» RECORDS FOR THIS TASK
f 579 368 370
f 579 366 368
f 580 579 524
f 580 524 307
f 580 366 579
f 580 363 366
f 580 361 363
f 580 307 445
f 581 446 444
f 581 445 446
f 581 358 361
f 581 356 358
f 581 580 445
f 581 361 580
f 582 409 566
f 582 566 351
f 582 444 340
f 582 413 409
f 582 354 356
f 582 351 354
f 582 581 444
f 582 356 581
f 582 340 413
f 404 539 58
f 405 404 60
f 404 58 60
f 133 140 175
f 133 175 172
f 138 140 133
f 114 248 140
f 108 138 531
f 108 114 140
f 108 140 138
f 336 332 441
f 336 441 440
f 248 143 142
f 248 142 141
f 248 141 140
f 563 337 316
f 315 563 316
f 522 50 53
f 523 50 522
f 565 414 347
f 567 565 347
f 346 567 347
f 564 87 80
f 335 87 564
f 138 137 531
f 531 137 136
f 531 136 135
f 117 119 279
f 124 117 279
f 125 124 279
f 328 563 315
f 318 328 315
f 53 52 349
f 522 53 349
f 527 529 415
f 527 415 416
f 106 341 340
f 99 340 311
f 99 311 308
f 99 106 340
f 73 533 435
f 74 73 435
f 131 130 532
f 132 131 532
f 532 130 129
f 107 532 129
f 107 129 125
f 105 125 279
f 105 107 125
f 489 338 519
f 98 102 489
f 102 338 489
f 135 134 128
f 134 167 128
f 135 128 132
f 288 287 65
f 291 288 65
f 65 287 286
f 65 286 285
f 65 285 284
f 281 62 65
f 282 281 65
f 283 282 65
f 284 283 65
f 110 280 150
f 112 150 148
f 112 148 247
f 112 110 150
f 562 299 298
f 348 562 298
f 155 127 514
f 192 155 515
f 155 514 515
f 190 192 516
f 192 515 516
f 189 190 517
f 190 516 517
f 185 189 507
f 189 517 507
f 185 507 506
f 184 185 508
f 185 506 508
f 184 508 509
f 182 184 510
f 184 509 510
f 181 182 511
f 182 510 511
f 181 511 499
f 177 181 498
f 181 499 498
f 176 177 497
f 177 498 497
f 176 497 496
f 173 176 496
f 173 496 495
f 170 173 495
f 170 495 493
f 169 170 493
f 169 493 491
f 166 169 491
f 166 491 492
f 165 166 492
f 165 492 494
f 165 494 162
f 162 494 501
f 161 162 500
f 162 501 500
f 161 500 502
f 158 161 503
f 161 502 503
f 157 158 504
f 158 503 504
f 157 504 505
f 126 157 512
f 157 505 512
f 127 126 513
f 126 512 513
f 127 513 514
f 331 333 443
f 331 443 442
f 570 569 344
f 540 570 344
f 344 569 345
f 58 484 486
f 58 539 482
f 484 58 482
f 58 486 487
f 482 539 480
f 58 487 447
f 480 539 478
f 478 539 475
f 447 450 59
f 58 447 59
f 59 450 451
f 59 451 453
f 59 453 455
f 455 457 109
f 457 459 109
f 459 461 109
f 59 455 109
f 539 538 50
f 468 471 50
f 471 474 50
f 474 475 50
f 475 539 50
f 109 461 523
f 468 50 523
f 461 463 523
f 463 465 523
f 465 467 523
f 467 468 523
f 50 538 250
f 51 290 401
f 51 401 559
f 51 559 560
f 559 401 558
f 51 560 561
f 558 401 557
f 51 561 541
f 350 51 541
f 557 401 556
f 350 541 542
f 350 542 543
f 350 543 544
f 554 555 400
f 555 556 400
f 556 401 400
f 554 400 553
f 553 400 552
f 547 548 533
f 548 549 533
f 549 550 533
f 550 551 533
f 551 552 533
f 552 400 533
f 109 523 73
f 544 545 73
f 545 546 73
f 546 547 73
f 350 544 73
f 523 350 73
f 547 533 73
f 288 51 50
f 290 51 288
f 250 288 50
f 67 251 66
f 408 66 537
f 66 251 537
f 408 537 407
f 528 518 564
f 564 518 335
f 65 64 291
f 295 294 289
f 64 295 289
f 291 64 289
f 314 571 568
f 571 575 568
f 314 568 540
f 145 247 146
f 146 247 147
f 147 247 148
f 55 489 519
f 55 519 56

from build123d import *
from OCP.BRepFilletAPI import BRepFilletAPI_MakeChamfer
...
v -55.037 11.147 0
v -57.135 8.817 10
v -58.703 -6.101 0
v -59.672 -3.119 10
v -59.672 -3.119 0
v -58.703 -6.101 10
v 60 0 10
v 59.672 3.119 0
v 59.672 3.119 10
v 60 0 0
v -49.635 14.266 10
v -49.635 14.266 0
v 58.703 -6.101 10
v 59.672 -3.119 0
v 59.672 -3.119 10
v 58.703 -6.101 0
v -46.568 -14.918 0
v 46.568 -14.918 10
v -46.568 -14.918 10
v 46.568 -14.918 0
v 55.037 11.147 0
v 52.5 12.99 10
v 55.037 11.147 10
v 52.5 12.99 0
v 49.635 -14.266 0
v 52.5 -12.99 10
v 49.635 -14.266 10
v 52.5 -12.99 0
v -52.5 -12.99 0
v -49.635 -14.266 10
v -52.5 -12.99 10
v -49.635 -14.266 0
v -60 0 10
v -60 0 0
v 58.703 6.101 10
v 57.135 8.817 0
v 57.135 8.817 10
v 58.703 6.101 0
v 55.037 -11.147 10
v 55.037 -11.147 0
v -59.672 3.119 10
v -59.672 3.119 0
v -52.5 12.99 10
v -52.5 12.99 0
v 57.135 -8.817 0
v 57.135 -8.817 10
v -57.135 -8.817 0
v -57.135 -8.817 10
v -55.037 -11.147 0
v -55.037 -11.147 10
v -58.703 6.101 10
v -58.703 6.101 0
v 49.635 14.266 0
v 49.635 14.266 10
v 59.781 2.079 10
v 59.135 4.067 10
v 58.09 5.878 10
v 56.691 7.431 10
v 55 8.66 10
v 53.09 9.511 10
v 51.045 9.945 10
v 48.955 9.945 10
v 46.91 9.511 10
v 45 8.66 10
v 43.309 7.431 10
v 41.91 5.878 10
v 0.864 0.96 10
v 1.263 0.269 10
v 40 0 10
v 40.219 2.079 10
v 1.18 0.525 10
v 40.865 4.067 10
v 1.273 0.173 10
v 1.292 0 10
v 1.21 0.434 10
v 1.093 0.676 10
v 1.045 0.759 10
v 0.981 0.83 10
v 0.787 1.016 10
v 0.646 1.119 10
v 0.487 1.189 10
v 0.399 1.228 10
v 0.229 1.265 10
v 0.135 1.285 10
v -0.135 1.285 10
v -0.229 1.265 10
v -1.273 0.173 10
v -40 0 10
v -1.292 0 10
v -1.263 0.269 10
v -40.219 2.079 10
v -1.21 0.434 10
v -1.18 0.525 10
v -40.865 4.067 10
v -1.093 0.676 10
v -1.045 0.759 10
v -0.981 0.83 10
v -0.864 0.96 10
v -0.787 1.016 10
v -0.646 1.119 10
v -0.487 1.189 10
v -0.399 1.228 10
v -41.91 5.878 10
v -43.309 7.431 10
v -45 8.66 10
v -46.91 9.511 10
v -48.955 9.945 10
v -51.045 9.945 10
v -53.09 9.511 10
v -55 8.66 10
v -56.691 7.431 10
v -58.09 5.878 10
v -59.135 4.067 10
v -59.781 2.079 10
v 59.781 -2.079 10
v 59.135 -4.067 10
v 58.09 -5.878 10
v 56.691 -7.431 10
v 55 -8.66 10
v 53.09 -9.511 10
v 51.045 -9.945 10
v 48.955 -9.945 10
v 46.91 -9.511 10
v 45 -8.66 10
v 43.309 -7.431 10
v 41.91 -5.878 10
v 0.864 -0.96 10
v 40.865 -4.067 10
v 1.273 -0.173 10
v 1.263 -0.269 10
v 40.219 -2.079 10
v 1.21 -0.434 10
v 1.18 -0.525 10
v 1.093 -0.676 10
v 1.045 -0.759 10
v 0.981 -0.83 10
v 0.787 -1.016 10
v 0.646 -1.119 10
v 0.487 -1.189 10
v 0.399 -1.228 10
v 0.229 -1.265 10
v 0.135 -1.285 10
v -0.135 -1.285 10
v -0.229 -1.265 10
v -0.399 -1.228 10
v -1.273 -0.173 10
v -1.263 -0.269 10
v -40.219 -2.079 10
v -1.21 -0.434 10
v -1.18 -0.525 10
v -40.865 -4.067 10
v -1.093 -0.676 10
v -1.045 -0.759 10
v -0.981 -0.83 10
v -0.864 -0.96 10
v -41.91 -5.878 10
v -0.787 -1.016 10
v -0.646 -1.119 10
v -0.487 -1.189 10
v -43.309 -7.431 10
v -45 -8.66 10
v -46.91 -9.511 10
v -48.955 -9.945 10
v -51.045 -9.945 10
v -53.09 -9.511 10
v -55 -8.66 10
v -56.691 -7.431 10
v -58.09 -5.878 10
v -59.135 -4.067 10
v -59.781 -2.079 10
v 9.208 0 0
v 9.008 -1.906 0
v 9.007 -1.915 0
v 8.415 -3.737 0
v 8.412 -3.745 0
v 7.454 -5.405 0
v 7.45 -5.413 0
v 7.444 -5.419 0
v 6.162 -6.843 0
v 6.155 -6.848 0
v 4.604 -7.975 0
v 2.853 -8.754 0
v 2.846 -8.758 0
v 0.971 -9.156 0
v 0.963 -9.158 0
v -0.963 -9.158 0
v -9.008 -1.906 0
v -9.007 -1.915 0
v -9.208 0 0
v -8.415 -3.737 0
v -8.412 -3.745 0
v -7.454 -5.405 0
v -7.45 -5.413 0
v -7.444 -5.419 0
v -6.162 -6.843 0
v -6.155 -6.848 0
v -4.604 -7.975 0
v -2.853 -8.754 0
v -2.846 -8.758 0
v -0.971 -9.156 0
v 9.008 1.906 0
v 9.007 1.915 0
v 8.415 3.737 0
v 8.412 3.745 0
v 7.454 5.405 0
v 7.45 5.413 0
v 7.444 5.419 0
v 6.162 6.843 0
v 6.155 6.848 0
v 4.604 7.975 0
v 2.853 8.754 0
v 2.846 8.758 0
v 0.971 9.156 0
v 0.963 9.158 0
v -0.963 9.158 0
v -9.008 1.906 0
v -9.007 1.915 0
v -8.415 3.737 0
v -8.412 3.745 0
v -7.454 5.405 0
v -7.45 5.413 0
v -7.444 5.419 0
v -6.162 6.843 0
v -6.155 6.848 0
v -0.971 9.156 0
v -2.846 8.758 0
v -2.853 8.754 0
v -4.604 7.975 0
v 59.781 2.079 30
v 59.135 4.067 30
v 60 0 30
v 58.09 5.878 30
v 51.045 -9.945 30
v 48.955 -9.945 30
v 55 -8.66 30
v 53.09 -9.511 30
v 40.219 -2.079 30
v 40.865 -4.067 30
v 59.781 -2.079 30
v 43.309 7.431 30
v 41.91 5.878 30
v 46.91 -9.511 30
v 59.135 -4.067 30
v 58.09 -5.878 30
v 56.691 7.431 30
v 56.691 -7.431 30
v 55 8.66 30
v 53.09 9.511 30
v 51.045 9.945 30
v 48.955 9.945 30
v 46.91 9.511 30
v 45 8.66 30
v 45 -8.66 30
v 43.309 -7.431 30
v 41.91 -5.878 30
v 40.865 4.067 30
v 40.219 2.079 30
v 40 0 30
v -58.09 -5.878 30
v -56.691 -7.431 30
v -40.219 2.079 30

» WHAT THE TASK ASKS
Count the lines in the records above that contain "import", please, and give the number without any other words.

» ANSWER SPACE
2